▶ [Entries shown]:
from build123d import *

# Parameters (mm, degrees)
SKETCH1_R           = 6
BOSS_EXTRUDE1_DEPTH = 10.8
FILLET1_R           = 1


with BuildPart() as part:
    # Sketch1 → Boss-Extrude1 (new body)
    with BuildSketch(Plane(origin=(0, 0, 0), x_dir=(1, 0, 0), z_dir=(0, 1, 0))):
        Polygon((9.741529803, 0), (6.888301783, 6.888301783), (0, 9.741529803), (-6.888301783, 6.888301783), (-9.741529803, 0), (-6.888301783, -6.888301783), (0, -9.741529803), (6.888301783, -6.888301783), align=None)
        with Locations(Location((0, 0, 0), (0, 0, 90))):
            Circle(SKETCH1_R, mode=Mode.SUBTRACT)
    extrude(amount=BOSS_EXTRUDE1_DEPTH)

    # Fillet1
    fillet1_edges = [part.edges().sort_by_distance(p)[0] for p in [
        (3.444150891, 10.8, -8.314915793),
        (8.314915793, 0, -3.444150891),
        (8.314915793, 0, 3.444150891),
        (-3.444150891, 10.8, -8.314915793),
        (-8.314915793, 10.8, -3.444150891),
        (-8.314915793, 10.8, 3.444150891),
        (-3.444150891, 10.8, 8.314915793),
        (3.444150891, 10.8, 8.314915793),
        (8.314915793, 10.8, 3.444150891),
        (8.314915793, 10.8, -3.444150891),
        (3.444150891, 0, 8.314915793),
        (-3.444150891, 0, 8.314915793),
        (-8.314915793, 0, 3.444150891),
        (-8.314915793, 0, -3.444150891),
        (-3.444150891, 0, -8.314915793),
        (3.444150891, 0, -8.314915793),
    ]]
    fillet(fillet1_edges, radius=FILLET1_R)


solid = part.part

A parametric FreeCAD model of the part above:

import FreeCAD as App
import Part
import Sketcher

V = App.Vector
Q = App.Units.Quantity


def edges_at(feature, points):
    """Names of the edges that pass closest to the given points."""
    edges = feature.Shape.Edges
    near = lambda p: min(range(len(edges)), key=lambda i: edges[i].distToShape(Part.Vertex(*p))[0])
    return sorted({f"Edge{near(p) + 1}" for p in points})


def add_polygon(sketch, points):
    """Adds a closed chain of lines whose ends are joined by coincident constraints."""
    first, n = sketch.GeometryCount, len(points)
    for a, b in zip(points, points[1:] + points[:1]):
        sketch.addGeometry(Part.LineSegment(App.Vector(*a, 0), App.Vector(*b, 0)), False)
    for i in range(n):
        sketch.addConstraint(Sketcher.Constraint("Coincident", first + i, 2, first + (i + 1) % n, 1))

doc = App.newDocument("Part")
body = doc.addObject("PartDesign::Body", "Body")

sketch1 = body.newObject("Sketcher::SketchObject", "Sketch")
sketch1.AttachmentSupport = (doc.getObject("XZ_Plane"), [""])
sketch1.MapMode = "FlatFace"
add_polygon(sketch1, [(10, 0), (7, -7), (0, -10), (-7, -7), (-10, 0), (-7, 7), (0, 10), (7, 7)])
sketch1.addGeometry(Part.Circle(V(0, 0, 0), V(0, 0, 1), 6), False)
sketch1.addConstraint(Sketcher.Constraint("Coincident", 8, 3, -1, 1))
sketch1.addConstraint(Sketcher.Constraint("Symmetric", 0, 2, 4, 2, -1, 1))
sketch1.addConstraint(Sketcher.Constraint("Symmetric", 1, 2, 5, 2, -1, 1))
sketch1.addConstraint(Sketcher.Constraint("Symmetric", 2, 2, 6, 2, -1, 1))
sketch1.addConstraint(Sketcher.Constraint("Symmetric", 3, 2, 7, 2, -1, 1))
sketch1.addConstraint(Sketcher.Constraint("Symmetric", 0, 2, 2, 2, -2))
sketch1.addConstraint(Sketcher.Constraint("PointOnObject", 1, 2, -2))
sketch1.addConstraint(Sketcher.Constraint("PointOnObject", 3, 2, -1))
sketch1.addConstraint(Sketcher.Constraint("Perpendicular", 0, 2))
sketch1.addConstraint(Sketcher.Constraint("Equal", 0, 1))
sketch1.addConstraint(Sketcher.Constraint("Diameter", 8, Q("12 mm")))
sketch1.addConstraint(Sketcher.Constraint("Angle", 0, Q("-112.5 deg")))
sketch1.addConstraint(Sketcher.Constraint("DistanceX", -1, 1, 0, 2, Q("6.888302 mm")))
pad1 = body.newObject("PartDesign::Pad", "Pad")
pad1.Profile = sketch1
pad1.Length = 10.8
pad1.Reversed = True
doc.recompute()

fillet = body.newObject("PartDesign::Fillet", "Fillet")
fillet.Base = (pad1, edges_at(pad1, [
    (3.444, 10.8, -8.315),
    (8.315, 0, -3.444),
    (8.315, 0, 3.444),
    (-3.444, 10.8, -8.315),
    (-8.315, 10.8, -3.444),
    (-8.315, 10.8, 3.444),
    (-3.444, 10.8, 8.315),
    (3.444, 10.8, 8.315),
    (8.315, 10.8, 3.444),
    (8.315, 10.8, -3.444),
    (3.444, 0, 8.315),
    (-3.444, 0, 8.315),
    (-8.315, 0, 3.444),
    (-8.315, 0, -3.444),
    (-3.444, 0, -8.315),
    (3.444, 0, -8.315),
]))
fillet.Radius = 1

doc.recompute()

▶ [Problem to work on]:
What is needed is an exact copy of all the records.

▶ [Task response]:
from build123d import *

# Parameters (mm, degrees)
SKETCH1_R           = 6
BOSS_EXTRUDE1_DEPTH = 10.8
FILLET1_R           = 1


with BuildPart() as part:
    # Sketch1 → Boss-Extrude1 (new body)
    with BuildSketch(Plane(origin=(0, 0, 0), x_dir=(1, 0, 0), z_dir=(0, 1, 0))):
        Polygon((9.741529803, 0), (6.888301783, 6.888301783), (0, 9.741529803), (-6.888301783, 6.888301783), (-9.741529803, 0), (-6.888301783, -6.888301783), (0, -9.741529803), (6.888301783, -6.888301783), align=None)
        with Locations(Location((0, 0, 0), (0, 0, 90))):
            Circle(SKETCH1_R, mode=Mode.SUBTRACT)
    extrude(amount=BOSS_EXTRUDE1_DEPTH)

    # Fillet1
    fillet1_edges = [part.edges().sort_by_distance(p)[0] for p in [
        (3.444150891, 10.8, -8.314915793),
        (8.314915793, 0, -3.444150891),
        (8.314915793, 0, 3.444150891),
        (-3.444150891, 10.8, -8.314915793),
        (-8.314915793, 10.8, -3.444150891),
        (-8.314915793, 10.8, 3.444150891),
        (-3.444150891, 10.8, 8.314915793),
        (3.444150891, 10.8, 8.314915793),
        (8.314915793, 10.8, 3.444150891),
        (8.314915793, 10.8, -3.444150891),
        (3.444150891, 0, 8.314915793),
        (-3.444150891, 0, 8.314915793),
        (-8.314915793, 0, 3.444150891),
        (-8.314915793, 0, -3.444150891),
        (-3.444150891, 0, -8.314915793),
        (3.444150891, 0, -8.314915793),
    ]]
    fillet(fillet1_edges, radius=FILLET1_R)


solid = part.part

A parametric FreeCAD model of the part above:

import FreeCAD as App
import Part
import Sketcher

V = App.Vector
Q = App.Units.Quantity


def edges_at(feature, points):
    """Names of the edges that pass closest to the given points."""
    edges = feature.Shape.Edges
    near = lambda p: min(range(len(edges)), key=lambda i: edges[i].distToShape(Part.Vertex(*p))[0])
    return sorted({f"Edge{near(p) + 1}" for p in points})


def add_polygon(sketch, points):
    """Adds a closed chain of lines whose ends are joined by coincident constraints."""
    first, n = sketch.GeometryCount, len(points)
    for a, b in zip(points, points[1:] + points[:1]):
        sketch.addGeometry(Part.LineSegment(App.Vector(*a, 0), App.Vector(*b, 0)), False)
    for i in range(n):
        sketch.addConstraint(Sketcher.Constraint("Coincident", first + i, 2, first + (i + 1) % n, 1))

doc = App.newDocument("Part")
body = doc.addObject("PartDesign::Body", "Body")

sketch1 = body.newObject("Sketcher::SketchObject", "Sketch")
sketch1.AttachmentSupport = (doc.getObject("XZ_Plane"), [""])
sketch1.MapMode = "FlatFace"
add_polygon(sketch1, [(10, 0), (7, -7), (0, -10), (-7, -7), (-10, 0), (-7, 7), (0, 10), (7, 7)])
sketch1.addGeometry(Part.Circle(V(0, 0, 0), V(0, 0, 1), 6), False)
sketch1.addConstraint(Sketcher.Constraint("Coincident", 8, 3, -1, 1))
sketch1.addConstraint(Sketcher.Constraint("Symmetric", 0, 2, 4, 2, -1, 1))
sketch1.addConstraint(Sketcher.Constraint("Symmetric", 1, 2, 5, 2, -1, 1))
sketch1.addConstraint(Sketcher.Constraint("Symmetric", 2, 2, 6, 2, -1, 1))
sketch1.addConstraint(Sketcher.Constraint("Symmetric", 3, 2, 7, 2, -1, 1))
sketch1.addConstraint(Sketcher.Constraint("Symmetric", 0, 2, 2, 2, -2))
sketch1.addConstraint(Sketcher.Constraint("PointOnObject", 1, 2, -2))
sketch1.addConstraint(Sketcher.Constraint("PointOnObject", 3, 2, -1))
sketch1.addConstraint(Sketcher.Constraint("Perpendicular", 0, 2))
sketch1.addConstraint(Sketcher.Constraint("Equal", 0, 1))
sketch1.addConstraint(Sketcher.Constraint("Diameter", 8, Q("12 mm")))
sketch1.addConstraint(Sketcher.Constraint("Angle", 0, Q("-112.5 deg")))
sketch1.addConstraint(Sketcher.Constraint("DistanceX", -1, 1, 0, 2, Q("6.888302 mm")))
pad1 = body.newObject("PartDesign::Pad", "Pad")
pad1.Profile = sketch1
pad1.Length = 10.8
pad1.Reversed = True
doc.recompute()

fillet = body.newObject("PartDesign::Fillet", "Fillet")
fillet.Base = (pad1, edges_at(pad1, [
    (3.444, 10.8, -8.315),
    (8.315, 0, -3.444),
    (8.315, 0, 3.444),
    (-3.444, 10.8, -8.315),
    (-8.315, 10.8, -3.444),
    (-8.315, 10.8, 3.444),
    (-3.444, 10.8, 8.315),
    (3.444, 10.8, 8.315),
    (8.315, 10.8, 3.444),
    (8.315, 10.8, -3.444),
    (3.444, 0, 8.315),
    (-3.444, 0, 8.315),
    (-8.315, 0, 3.444),
    (-8.315, 0, -3.444),
    (-3.444, 0, -8.315),
    (3.444, 0, -8.315),
]))
fillet.Radius = 1

doc.recompute()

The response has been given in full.